Record set:
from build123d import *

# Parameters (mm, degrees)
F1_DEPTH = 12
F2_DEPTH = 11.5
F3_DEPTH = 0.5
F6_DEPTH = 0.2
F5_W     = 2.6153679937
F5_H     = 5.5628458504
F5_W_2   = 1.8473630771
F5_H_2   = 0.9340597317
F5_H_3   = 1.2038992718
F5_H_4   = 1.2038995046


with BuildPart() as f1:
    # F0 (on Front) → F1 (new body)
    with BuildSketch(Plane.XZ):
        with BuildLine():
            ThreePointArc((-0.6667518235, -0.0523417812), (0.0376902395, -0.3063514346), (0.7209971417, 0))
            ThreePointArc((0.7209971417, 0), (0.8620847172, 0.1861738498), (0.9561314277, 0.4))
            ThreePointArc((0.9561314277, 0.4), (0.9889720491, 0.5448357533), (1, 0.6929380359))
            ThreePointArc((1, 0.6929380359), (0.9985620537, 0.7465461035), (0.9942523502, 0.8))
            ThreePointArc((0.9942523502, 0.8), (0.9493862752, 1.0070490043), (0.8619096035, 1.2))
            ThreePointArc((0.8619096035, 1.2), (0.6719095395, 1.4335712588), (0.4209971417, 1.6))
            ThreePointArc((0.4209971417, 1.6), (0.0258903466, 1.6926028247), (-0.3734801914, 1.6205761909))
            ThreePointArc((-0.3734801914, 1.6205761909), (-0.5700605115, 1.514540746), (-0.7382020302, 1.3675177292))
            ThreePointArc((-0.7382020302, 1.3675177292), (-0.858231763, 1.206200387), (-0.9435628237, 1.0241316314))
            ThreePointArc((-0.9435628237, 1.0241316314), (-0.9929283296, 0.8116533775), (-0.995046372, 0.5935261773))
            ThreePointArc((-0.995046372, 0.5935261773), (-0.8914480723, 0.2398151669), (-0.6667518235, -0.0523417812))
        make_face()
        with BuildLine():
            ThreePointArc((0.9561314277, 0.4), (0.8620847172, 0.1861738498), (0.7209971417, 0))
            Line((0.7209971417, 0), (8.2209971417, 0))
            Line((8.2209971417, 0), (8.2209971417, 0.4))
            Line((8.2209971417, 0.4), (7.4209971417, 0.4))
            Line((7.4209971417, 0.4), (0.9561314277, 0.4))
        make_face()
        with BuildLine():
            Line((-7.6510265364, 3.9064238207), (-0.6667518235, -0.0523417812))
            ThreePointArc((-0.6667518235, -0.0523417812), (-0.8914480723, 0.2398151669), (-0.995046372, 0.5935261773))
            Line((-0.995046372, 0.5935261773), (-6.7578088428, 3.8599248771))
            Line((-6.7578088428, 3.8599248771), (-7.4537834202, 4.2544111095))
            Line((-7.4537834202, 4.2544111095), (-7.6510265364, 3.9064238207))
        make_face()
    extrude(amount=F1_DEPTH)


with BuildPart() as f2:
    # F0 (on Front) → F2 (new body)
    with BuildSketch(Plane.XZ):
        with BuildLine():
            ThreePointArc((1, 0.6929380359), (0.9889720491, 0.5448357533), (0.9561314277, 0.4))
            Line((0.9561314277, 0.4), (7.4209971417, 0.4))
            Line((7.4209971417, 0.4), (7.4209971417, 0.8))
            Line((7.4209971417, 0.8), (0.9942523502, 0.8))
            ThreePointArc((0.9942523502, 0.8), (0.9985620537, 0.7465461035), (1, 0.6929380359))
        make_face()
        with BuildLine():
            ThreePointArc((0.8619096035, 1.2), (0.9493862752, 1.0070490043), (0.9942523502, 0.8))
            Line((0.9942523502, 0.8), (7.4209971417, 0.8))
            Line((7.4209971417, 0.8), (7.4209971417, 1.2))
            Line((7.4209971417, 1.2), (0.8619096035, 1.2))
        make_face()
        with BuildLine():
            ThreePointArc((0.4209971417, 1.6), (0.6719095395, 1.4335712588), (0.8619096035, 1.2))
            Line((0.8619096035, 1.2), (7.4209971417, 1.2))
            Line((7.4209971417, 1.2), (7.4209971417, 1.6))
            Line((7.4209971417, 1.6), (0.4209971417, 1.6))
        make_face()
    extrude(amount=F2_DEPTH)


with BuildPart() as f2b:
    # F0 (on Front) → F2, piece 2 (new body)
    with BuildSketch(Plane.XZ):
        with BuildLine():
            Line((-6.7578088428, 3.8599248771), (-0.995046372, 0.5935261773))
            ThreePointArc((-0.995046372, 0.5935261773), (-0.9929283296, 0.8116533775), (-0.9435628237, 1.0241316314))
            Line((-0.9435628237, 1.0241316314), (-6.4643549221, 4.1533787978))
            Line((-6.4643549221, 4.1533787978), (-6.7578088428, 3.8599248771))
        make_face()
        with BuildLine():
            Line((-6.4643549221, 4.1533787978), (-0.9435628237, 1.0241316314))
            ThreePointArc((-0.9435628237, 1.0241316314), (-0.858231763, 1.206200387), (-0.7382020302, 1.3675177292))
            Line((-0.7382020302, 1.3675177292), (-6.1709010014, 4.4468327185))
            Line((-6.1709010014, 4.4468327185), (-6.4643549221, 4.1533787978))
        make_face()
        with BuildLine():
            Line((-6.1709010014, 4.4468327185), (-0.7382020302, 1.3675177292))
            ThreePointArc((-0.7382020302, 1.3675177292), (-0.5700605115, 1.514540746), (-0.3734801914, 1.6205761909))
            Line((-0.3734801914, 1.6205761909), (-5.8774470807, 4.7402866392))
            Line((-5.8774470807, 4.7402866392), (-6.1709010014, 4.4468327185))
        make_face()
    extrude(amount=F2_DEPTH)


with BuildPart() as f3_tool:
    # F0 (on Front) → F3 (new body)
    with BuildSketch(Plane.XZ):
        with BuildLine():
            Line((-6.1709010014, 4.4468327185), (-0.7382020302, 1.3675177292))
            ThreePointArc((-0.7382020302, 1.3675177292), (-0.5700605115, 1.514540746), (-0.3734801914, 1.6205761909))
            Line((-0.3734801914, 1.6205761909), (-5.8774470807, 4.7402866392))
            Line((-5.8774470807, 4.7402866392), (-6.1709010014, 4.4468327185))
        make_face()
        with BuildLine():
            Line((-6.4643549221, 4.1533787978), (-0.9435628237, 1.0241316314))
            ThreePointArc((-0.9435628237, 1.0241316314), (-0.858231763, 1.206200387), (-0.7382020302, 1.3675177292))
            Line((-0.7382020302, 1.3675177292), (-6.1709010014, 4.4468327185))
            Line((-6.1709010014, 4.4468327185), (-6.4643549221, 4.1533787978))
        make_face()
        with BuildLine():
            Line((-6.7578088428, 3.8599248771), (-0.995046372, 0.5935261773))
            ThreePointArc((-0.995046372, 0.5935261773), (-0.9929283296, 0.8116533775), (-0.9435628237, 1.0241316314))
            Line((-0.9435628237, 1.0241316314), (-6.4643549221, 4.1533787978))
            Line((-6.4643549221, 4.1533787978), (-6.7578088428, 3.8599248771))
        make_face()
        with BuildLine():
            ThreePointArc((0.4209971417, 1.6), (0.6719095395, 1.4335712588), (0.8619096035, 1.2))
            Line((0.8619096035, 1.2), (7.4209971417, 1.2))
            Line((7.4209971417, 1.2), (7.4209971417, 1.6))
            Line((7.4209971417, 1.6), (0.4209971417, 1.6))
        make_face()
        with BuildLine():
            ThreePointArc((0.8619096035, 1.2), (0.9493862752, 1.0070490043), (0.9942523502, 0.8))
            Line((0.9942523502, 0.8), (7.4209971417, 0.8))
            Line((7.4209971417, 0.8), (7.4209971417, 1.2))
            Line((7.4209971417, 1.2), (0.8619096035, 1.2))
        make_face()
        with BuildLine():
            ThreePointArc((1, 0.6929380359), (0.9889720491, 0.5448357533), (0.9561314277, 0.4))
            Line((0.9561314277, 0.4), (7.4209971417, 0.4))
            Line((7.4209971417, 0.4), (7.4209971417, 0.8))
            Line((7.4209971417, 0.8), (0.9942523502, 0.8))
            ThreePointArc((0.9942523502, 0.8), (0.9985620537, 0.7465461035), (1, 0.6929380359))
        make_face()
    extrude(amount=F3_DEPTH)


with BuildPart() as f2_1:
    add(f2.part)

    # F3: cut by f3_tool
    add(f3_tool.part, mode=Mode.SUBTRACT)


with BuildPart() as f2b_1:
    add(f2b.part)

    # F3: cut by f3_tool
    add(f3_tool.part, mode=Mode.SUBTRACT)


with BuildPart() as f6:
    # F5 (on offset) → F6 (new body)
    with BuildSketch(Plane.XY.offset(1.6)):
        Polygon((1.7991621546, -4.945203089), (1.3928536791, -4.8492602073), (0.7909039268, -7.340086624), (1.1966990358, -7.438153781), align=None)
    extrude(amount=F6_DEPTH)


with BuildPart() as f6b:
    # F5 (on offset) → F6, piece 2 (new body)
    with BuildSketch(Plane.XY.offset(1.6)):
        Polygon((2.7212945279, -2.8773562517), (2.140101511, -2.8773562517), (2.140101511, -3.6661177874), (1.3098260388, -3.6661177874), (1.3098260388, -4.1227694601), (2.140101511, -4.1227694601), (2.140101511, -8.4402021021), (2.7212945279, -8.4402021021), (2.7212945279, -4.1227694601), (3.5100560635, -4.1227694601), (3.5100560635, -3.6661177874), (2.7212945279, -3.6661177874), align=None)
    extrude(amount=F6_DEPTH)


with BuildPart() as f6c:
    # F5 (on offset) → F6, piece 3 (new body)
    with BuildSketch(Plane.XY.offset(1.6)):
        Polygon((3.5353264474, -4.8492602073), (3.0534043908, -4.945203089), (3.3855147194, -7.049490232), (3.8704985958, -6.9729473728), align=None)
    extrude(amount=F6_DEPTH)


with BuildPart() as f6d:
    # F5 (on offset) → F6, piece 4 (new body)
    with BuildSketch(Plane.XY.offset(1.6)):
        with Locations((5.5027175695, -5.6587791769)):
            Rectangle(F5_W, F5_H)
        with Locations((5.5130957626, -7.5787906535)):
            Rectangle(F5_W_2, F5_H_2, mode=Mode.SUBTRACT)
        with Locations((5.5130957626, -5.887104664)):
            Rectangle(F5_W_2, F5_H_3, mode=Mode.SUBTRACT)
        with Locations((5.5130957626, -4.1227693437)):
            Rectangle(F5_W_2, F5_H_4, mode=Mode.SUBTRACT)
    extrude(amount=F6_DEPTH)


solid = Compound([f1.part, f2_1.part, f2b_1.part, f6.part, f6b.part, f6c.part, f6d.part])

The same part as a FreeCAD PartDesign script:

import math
import FreeCAD as App
import Part
import Sketcher

V = App.Vector
Q = App.Units.Quantity

doc = App.newDocument("Part")
body = doc.addObject("PartDesign::Body", "Body")

# Sketch on XZ plane
sketch1 = doc.addObject("Sketcher::SketchObject", "Sketch")
body.addObject(sketch1)
sketch1.AttachmentSupport = (doc.XZ_Plane, [""])
sketch1.MapMode = "FlatFace"
sketch1.addGeometry(Part.ArcOfCircle(Part.Circle(V(0, 0.69, 0), V(0, 0, 1), 1), math.radians(-132), math.radians(-44)), False)
sketch1.addGeometry(Part.LineSegment(V(0.72, 0, 0), V(8.22, 0, 0)), False)
sketch1.addGeometry(Part.LineSegment(V(8.22, 0, 0), V(8.22, 0.4, 0)), False)
sketch1.addGeometry(Part.LineSegment(V(8.22, 0.4, 0), V(0.96, 0.4, 0)), False)
sketch1.addGeometry(Part.ArcOfCircle(Part.Circle(V(0, 0.69, 0), V(0, 0, 1), 1), math.radians(-17.03), math.radians(0)), False)
sketch1.addGeometry(Part.ArcOfCircle(Part.Circle(V(0, 0.69, 0), V(0, 0, 1), 1), math.radians(0), math.radians(6.15)), False)
sketch1.addGeometry(Part.ArcOfCircle(Part.Circle(V(0, 0.69, 0), V(0, 0, 1), 1), math.radians(6), math.radians(30)), False)
sketch1.addGeometry(Part.ArcOfCircle(Part.Circle(V(0, 0.69, 0), V(0, 0, 1), 1), math.radians(30), math.radians(65)), False)
sketch1.addGeometry(Part.ArcOfCircle(Part.Circle(V(0, 0.69, 0), V(0, 0, 1), 1), math.radians(65), math.radians(112)), False)
sketch1.addGeometry(Part.ArcOfCircle(Part.Circle(V(0, 0.69, 0), V(0, 0, 1), 1), math.radians(112), math.radians(138)), False)
sketch1.addGeometry(Part.ArcOfCircle(Part.Circle(V(0, 0.69, 0), V(0, 0, 1), 1), math.radians(138), math.radians(161)), False)
sketch1.addGeometry(Part.ArcOfCircle(Part.Circle(V(0, 0.69, 0), V(0, 0, 1), 1), math.radians(161), math.radians(186)), False)
sketch1.addGeometry(Part.LineSegment(V(-1, 0.59, 0), V(-6.76, 3.86, 0)), False)
sketch1.addGeometry(Part.LineSegment(V(-6.76, 3.86, 0), V(-7.45, 4.25, 0)), False)
sketch1.addGeometry(Part.LineSegment(V(-7.45, 4.25, 0), V(-7.65, 3.91, 0)), False)
sketch1.addGeometry(Part.LineSegment(V(-7.65, 3.91, 0), V(-0.67, -0.05, 0)), False)
sketch1.addConstraint(Sketcher.Constraint("Coincident", 0, 2, 1, 1))
sketch1.addConstraint(Sketcher.Constraint("Coincident", 1, 2, 2, 1))
sketch1.addConstraint(Sketcher.Constraint("Coincident", 2, 2, 3, 1))
sketch1.addConstraint(Sketcher.Constraint("Coincident", 3, 2, 4, 1))
sketch1.addConstraint(Sketcher.Constraint("Tangent", 4, 2, 5, 1))
sketch1.addConstraint(Sketcher.Constraint("Tangent", 5, 2, 6, 1))
sketch1.addConstraint(Sketcher.Constraint("Tangent", 6, 2, 7, 1))
sketch1.addConstraint(Sketcher.Constraint("Tangent", 7, 2, 8, 1))
sketch1.addConstraint(Sketcher.Constraint("Tangent", 8, 2, 9, 1))
sketch1.addConstraint(Sketcher.Constraint("Tangent", 9, 2, 10, 1))
sketch1.addConstraint(Sketcher.Constraint("Tangent", 10, 2, 11, 1))
sketch1.addConstraint(Sketcher.Constraint("Coincident", 11, 2, 12, 1))
sketch1.addConstraint(Sketcher.Constraint("Coincident", 12, 2, 13, 1))
sketch1.addConstraint(Sketcher.Constraint("Coincident", 13, 2, 14, 1))
sketch1.addConstraint(Sketcher.Constraint("Coincident", 14, 2, 15, 1))
sketch1.addConstraint(Sketcher.Constraint("Coincident", 15, 2, 0, 1))
sketch1.addConstraint(Sketcher.Constraint("Horizontal", 1))
sketch1.addConstraint(Sketcher.Constraint("Vertical", 2))
sketch1.addConstraint(Sketcher.Constraint("Horizontal", 3))
sketch1.addConstraint(Sketcher.Constraint("Coincident", 4, 3, 0, 3))
sketch1.addConstraint(Sketcher.Constraint("Coincident", 6, 3, 0, 3))
sketch1.addConstraint(Sketcher.Constraint("Coincident", 8, 3, 0, 3))
sketch1.addConstraint(Sketcher.Constraint("Coincident", 10, 3, 0, 3))
sketch1.addConstraint(Sketcher.Constraint("Equal", 0, 4))
sketch1.addConstraint(Sketcher.Constraint("Equal", 10, 11))
sketch1.addConstraint(Sketcher.Constraint("PointOnObject", 0, 3, -2))
sketch1.addConstraint(Sketcher.Constraint("PointOnObject", 0, 2, -1))
sketch1.addConstraint(Sketcher.Constraint("Parallel", 12, 13))
sketch1.addConstraint(Sketcher.Constraint("Perpendicular", 13, 14))
sketch1.addConstraint(Sketcher.Constraint("Perpendicular", 14, 15))
sketch1.addConstraint(Sketcher.Constraint("Horizontal", 11, 3, 4, 2))
sketch1.addConstraint(Sketcher.Constraint("Radius", 0, 1.0))
sketch1.addConstraint(Sketcher.Constraint("DistanceX", 1, 1, 1, 2, 7.5))
sketch1.addConstraint(Sketcher.Constraint("DistanceY", 2, 1, 2, 2, 0.4))
sketch1.addConstraint(Sketcher.Constraint("Distance", 13, 0.8))
sketch1.addConstraint(Sketcher.Constraint("Distance", 14, 0.4))
sketch1.addConstraint(Sketcher.Constraint("DistanceY", -1, 1, 5, 2, 0.8))
sketch1.addConstraint(Sketcher.Constraint("DistanceY", -1, 1, 6, 2, 1.2))
sketch1.addConstraint(Sketcher.Constraint("DistanceY", -1, 1, 7, 2, 1.6))
sketch1.addConstraint(Sketcher.Constraint("DistanceY", 11, 2, 12, 2, 3.266399))
sketch1.addConstraint(Sketcher.Constraint("DistanceY", 12, 2, 14, 2, 0.046499))
sketch1.addConstraint(Sketcher.Constraint("DistanceX", 3, 2, 3, 1, 7.264866))
sketch1.addConstraint(Sketcher.Constraint("DistanceX", 8, 2, -1, 1, 0.37348))
sketch1.addConstraint(Sketcher.Constraint("DistanceY", -1, 1, 10, 2, 1.024132))
sketch1.addConstraint(Sketcher.Constraint("DistanceX", 12, 2, -1, 1, 6.757809))
sketch1.addConstraint(Sketcher.Constraint("DistanceX", 9, 2, 8, 2, 0.364722))
pad1 = doc.addObject("PartDesign::Pad", "Pad")
body.addObject(pad1)
pad1.Profile = sketch1
pad1.Length = 12
body2 = doc.addObject("PartDesign::Body", "Body001")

Exercise goal:
Once you have identified the lines above that contain "None", copy each of them.

Task answer:
        Polygon((1.7991621546, -4.945203089), (1.3928536791, -4.8492602073), (0.7909039268, -7.340086624), (1.1966990358, -7.438153781), align=None)
        Polygon((2.7212945279, -2.8773562517), (2.140101511, -2.8773562517), (2.140101511, -3.6661177874), (1.3098260388, -3.6661177874), (1.3098260388, -4.1227694601), (2.140101511, -4.1227694601), (2.140101511, -8.4402021021), (2.7212945279, -8.4402021021), (2.7212945279, -4.1227694601), (3.5100560635, -4.1227694601), (3.5100560635, -3.6661177874), (2.7212945279, -3.6661177874), align=None)
        Polygon((3.5353264474, -4.8492602073), (3.0534043908, -4.945203089), (3.3855147194, -7.049490232), (3.8704985958, -6.9729473728), align=None)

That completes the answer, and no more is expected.